GIVEN ENTRIES →
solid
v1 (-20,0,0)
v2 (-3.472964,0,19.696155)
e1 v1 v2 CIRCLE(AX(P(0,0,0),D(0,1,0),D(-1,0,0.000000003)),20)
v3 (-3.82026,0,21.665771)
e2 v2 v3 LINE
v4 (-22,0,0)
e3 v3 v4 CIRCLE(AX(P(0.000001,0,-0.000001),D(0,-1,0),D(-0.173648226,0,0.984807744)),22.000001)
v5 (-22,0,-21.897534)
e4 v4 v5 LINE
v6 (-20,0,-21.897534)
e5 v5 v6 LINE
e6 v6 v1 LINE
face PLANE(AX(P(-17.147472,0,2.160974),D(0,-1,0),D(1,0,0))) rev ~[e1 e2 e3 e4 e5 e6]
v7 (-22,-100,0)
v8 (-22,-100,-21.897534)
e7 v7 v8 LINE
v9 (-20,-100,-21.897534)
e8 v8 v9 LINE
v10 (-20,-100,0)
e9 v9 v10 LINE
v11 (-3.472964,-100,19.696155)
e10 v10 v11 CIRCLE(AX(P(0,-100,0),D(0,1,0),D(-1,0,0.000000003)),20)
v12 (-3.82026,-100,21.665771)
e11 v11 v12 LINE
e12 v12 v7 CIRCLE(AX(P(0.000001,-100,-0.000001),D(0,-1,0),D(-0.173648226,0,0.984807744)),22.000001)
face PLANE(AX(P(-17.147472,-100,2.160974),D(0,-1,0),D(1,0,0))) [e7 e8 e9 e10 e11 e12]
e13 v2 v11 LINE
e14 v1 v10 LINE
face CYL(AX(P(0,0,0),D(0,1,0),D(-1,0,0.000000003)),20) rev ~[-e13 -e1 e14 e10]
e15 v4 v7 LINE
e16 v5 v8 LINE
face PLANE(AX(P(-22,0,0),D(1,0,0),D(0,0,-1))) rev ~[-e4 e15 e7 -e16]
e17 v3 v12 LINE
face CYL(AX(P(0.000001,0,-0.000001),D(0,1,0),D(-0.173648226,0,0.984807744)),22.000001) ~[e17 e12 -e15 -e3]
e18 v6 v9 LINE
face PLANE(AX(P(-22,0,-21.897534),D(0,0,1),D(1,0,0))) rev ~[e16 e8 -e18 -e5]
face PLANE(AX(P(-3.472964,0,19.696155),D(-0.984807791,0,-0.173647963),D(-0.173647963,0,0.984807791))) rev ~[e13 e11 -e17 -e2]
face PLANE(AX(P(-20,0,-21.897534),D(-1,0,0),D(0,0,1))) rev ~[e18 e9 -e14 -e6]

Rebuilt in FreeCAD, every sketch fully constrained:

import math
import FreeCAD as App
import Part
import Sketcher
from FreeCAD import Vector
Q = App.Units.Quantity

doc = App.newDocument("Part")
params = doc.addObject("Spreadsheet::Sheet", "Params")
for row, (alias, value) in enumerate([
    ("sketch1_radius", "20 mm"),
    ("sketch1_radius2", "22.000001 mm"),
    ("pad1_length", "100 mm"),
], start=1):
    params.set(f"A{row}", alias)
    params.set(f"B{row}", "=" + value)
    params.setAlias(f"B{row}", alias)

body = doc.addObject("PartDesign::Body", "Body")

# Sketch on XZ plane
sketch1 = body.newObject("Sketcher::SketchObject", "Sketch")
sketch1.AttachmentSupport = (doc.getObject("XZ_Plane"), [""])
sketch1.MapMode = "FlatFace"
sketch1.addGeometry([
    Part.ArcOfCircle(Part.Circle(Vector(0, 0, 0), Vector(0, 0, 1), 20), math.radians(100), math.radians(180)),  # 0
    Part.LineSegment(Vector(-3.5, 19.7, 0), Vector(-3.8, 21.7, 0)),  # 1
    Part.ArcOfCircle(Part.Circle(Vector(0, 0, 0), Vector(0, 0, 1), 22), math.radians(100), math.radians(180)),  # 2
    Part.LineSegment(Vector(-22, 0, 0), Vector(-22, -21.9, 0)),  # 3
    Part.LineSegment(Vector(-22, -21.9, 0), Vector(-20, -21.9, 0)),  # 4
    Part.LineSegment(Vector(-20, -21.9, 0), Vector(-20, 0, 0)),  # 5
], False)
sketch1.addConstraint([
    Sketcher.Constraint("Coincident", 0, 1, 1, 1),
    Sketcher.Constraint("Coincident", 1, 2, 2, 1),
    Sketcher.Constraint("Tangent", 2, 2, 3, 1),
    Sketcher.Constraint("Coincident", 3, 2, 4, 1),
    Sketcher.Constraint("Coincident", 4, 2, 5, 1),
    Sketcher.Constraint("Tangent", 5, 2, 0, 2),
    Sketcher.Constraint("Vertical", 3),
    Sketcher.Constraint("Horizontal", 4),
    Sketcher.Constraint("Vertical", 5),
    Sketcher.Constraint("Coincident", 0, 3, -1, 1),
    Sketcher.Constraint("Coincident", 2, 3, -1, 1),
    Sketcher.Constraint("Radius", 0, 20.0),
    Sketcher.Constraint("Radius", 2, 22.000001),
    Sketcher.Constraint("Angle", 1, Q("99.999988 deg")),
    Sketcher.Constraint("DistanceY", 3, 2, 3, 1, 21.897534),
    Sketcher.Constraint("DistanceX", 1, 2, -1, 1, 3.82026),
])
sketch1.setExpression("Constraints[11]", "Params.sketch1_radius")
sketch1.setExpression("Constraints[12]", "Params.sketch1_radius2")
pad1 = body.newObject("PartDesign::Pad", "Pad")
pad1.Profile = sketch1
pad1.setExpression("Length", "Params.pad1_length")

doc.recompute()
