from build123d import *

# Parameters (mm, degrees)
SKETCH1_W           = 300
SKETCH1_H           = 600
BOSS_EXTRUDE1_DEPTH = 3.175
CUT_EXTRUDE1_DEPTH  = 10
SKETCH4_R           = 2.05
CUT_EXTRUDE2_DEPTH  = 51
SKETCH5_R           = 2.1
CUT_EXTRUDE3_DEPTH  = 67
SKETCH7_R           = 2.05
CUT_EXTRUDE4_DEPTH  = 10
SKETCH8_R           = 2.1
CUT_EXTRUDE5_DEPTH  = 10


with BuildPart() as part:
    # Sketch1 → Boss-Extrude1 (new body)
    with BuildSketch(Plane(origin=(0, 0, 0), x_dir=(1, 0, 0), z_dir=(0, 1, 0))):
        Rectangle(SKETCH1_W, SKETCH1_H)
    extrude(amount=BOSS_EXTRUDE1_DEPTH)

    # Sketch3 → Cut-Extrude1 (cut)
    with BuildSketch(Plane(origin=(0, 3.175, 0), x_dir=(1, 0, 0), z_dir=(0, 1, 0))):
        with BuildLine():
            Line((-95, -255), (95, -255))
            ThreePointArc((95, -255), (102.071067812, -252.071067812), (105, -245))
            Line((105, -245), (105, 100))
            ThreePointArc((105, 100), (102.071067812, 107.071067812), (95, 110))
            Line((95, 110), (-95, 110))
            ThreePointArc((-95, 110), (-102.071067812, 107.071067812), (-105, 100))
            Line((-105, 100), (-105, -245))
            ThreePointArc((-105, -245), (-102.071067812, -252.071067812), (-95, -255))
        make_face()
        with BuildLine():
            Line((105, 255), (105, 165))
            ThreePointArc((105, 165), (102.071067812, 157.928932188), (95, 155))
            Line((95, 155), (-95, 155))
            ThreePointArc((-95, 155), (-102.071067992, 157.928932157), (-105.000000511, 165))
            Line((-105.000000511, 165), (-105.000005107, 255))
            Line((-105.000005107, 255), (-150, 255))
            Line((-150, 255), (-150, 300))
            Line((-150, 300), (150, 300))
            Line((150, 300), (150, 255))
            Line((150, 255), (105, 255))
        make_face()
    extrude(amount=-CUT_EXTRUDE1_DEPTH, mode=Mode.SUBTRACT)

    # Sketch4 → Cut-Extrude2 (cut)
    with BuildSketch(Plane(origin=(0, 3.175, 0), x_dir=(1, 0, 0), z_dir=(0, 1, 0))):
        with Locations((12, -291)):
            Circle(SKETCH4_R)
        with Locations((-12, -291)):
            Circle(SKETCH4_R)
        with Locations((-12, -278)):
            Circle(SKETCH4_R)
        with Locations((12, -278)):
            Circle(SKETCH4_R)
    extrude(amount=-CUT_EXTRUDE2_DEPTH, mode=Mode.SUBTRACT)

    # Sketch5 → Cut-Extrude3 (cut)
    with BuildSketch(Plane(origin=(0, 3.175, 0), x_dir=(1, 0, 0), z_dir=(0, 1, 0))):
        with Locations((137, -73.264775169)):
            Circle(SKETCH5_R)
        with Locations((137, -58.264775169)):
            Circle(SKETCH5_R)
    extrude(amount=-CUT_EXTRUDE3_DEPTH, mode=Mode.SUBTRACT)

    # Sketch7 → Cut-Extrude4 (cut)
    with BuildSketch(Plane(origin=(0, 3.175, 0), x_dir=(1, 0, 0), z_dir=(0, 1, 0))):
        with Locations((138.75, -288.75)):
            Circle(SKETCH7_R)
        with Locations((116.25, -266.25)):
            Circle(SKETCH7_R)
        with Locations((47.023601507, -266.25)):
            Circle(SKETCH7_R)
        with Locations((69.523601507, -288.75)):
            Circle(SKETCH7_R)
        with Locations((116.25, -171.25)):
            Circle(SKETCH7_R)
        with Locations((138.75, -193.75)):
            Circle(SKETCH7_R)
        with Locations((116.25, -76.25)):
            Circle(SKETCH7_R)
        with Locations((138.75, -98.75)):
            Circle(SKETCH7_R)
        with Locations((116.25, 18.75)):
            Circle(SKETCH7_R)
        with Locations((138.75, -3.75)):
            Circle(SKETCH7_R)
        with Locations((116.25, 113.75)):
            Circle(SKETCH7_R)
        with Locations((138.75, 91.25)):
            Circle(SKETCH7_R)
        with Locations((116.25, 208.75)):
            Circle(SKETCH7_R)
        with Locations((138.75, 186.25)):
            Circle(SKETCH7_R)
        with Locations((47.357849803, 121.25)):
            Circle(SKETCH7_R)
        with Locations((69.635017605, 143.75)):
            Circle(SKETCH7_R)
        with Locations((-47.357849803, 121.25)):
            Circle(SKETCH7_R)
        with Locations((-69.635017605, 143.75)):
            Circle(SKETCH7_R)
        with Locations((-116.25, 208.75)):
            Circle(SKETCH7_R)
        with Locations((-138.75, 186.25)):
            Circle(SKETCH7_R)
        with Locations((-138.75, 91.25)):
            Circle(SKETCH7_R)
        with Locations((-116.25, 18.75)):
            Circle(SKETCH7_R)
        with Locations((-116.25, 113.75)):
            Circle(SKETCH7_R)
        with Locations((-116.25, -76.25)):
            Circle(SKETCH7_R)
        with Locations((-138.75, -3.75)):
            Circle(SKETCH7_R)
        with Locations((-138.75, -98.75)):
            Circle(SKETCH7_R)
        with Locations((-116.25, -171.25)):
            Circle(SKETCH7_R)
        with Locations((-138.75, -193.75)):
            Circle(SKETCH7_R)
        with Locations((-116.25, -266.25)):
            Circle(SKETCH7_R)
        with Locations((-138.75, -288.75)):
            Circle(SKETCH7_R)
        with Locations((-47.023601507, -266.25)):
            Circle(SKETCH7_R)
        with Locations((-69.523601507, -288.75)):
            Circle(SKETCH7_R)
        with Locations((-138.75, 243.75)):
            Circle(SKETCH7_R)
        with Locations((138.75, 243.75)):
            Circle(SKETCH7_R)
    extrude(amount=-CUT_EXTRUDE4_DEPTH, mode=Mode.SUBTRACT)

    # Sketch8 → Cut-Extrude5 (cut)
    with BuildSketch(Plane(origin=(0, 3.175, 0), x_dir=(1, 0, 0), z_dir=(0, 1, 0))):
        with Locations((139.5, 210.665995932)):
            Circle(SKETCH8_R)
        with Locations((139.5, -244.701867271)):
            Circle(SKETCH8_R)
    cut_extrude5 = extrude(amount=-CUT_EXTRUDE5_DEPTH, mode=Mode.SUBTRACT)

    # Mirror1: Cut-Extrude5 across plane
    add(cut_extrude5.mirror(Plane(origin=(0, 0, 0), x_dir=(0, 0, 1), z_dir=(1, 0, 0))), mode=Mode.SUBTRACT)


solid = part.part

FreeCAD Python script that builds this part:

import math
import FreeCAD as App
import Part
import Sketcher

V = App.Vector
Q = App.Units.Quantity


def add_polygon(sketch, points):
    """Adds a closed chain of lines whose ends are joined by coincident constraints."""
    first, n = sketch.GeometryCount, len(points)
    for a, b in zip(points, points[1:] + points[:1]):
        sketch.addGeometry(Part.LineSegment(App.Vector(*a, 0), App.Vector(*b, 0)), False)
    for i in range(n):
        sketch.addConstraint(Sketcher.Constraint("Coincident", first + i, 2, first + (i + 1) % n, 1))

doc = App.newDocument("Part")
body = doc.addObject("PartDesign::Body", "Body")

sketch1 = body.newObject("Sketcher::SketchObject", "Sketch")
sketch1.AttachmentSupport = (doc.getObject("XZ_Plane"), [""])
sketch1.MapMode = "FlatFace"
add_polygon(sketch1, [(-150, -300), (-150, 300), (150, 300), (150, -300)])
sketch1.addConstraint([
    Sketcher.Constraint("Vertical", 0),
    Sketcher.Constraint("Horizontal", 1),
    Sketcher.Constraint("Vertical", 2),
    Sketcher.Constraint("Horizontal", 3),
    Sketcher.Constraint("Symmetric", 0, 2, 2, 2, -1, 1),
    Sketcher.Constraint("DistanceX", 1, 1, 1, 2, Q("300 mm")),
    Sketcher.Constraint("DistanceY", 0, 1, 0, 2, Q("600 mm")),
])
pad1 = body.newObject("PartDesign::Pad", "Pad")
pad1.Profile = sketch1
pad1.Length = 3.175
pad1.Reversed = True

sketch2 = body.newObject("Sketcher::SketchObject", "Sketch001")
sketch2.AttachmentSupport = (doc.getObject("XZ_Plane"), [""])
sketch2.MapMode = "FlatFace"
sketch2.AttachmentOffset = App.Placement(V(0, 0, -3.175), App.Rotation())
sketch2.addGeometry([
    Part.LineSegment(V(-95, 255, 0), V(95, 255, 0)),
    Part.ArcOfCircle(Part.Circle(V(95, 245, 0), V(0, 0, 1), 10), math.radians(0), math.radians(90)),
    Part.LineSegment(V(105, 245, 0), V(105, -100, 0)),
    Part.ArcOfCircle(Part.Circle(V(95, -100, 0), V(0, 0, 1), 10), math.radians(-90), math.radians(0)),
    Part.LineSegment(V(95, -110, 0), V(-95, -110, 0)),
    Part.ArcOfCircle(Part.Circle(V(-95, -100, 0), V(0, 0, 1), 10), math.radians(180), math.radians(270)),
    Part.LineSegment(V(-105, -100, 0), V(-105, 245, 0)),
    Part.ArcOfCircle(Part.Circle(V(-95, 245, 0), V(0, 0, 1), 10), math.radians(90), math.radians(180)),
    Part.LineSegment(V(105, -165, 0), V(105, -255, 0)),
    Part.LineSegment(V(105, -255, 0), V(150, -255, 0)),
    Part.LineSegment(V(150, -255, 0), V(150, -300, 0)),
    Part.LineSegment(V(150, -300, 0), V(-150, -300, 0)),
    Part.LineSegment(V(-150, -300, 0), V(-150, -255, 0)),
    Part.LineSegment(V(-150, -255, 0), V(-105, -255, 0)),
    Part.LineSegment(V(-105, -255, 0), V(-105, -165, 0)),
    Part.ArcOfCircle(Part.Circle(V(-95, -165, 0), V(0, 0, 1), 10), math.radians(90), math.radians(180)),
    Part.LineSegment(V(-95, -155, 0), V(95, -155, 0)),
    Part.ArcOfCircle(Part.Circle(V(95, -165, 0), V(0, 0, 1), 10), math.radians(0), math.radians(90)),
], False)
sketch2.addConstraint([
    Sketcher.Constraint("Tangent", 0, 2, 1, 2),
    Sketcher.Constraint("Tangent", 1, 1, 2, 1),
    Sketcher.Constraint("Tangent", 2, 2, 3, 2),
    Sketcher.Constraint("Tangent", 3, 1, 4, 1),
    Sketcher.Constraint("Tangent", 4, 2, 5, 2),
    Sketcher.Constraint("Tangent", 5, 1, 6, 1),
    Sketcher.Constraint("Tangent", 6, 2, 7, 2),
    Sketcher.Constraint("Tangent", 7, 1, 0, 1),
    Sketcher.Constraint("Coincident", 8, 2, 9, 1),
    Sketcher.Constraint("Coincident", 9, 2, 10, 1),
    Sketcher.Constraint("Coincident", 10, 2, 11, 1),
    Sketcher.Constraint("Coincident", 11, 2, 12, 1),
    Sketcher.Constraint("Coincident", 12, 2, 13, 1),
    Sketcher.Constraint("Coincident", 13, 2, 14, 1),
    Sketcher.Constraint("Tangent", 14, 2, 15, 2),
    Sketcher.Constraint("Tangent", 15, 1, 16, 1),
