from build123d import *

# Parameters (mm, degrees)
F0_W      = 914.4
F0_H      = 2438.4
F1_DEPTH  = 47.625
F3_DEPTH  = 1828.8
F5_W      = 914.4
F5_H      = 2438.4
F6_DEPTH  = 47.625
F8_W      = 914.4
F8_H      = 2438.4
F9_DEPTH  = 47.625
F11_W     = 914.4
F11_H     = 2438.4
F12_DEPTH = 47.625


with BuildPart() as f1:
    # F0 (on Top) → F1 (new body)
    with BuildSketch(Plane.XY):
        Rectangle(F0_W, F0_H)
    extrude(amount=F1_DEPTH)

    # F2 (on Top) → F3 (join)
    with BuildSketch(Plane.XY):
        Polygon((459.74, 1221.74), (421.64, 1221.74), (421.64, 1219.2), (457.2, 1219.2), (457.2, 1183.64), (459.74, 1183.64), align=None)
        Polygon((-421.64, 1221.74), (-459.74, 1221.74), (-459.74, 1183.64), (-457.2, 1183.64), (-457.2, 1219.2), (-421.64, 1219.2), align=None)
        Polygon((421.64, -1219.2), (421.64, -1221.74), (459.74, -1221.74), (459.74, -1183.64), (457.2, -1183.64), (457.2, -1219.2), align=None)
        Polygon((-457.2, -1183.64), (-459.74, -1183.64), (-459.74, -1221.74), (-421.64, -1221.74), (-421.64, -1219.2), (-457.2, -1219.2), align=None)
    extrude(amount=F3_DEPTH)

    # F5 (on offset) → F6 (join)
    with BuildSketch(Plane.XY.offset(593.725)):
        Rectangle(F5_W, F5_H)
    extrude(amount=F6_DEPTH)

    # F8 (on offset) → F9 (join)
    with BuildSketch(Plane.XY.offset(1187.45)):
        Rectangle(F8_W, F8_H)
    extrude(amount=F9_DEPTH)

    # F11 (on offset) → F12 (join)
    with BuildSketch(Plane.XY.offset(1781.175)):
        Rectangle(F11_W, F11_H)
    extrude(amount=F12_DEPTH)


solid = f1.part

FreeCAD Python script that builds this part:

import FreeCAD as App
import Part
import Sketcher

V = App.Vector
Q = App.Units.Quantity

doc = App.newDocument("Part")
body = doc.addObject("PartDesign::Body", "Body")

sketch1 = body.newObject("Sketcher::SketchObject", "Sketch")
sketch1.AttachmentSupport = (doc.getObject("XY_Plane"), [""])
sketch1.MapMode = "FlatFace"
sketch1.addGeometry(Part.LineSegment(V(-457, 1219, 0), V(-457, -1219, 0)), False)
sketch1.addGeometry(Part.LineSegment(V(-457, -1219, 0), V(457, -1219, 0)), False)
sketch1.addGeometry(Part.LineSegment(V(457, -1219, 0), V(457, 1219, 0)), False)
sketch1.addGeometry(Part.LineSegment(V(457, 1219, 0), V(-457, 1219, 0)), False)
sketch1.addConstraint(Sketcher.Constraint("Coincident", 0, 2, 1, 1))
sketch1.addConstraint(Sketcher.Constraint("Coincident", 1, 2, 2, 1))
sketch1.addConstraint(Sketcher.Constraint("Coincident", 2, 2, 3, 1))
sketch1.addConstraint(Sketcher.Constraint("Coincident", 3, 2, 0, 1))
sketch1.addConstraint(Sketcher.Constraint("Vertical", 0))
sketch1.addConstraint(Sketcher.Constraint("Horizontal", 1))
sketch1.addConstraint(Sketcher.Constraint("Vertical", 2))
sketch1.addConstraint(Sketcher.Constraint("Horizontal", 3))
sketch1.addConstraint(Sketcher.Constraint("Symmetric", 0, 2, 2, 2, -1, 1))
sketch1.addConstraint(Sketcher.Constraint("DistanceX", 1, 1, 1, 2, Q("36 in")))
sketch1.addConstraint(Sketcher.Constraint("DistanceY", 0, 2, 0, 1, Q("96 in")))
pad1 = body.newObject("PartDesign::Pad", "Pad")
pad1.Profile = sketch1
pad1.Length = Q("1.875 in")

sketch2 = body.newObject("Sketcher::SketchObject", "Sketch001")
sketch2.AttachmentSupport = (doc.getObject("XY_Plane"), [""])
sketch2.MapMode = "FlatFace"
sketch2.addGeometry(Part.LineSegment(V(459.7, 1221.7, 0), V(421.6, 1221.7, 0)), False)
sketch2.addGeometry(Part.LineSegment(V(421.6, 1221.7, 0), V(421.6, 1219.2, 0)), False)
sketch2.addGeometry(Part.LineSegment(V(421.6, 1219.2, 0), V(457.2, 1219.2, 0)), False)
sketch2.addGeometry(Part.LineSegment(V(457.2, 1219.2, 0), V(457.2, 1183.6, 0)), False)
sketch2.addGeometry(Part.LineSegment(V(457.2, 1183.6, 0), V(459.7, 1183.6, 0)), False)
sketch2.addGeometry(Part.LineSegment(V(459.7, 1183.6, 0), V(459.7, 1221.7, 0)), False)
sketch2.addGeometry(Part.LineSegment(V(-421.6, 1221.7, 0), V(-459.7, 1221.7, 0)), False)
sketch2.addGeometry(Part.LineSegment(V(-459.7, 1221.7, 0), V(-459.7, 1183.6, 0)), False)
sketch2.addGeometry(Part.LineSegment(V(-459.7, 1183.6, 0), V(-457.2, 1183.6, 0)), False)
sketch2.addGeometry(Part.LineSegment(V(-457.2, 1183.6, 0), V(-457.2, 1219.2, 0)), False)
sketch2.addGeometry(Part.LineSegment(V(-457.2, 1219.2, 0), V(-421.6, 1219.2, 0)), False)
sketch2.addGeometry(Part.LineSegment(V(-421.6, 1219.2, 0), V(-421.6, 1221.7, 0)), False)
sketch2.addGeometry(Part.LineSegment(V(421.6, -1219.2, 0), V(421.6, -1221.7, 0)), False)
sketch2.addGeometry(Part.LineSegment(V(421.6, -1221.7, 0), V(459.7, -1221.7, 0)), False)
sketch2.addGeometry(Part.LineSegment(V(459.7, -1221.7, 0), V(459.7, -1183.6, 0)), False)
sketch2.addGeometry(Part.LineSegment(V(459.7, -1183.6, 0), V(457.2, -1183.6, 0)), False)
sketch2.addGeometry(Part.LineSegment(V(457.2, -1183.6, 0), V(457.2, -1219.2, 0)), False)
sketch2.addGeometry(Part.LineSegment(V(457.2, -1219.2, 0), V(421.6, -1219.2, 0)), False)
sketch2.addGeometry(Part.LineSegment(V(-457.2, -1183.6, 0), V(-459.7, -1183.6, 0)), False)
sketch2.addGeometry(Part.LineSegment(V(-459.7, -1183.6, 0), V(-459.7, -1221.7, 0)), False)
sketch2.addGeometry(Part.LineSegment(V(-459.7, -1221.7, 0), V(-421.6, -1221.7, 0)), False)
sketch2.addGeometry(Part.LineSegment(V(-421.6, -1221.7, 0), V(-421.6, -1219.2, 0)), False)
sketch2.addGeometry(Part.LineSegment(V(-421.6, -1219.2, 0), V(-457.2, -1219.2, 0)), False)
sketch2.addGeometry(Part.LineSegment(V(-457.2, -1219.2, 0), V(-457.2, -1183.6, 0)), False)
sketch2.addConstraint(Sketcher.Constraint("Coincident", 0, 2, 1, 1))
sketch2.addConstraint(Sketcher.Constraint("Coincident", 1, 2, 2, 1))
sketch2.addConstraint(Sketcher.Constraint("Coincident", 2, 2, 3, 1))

WORK TASK → Lines containing the string "Rectangle" in the listing: say how many there are, giving only the number.

RESULT OF THIS TASK → 5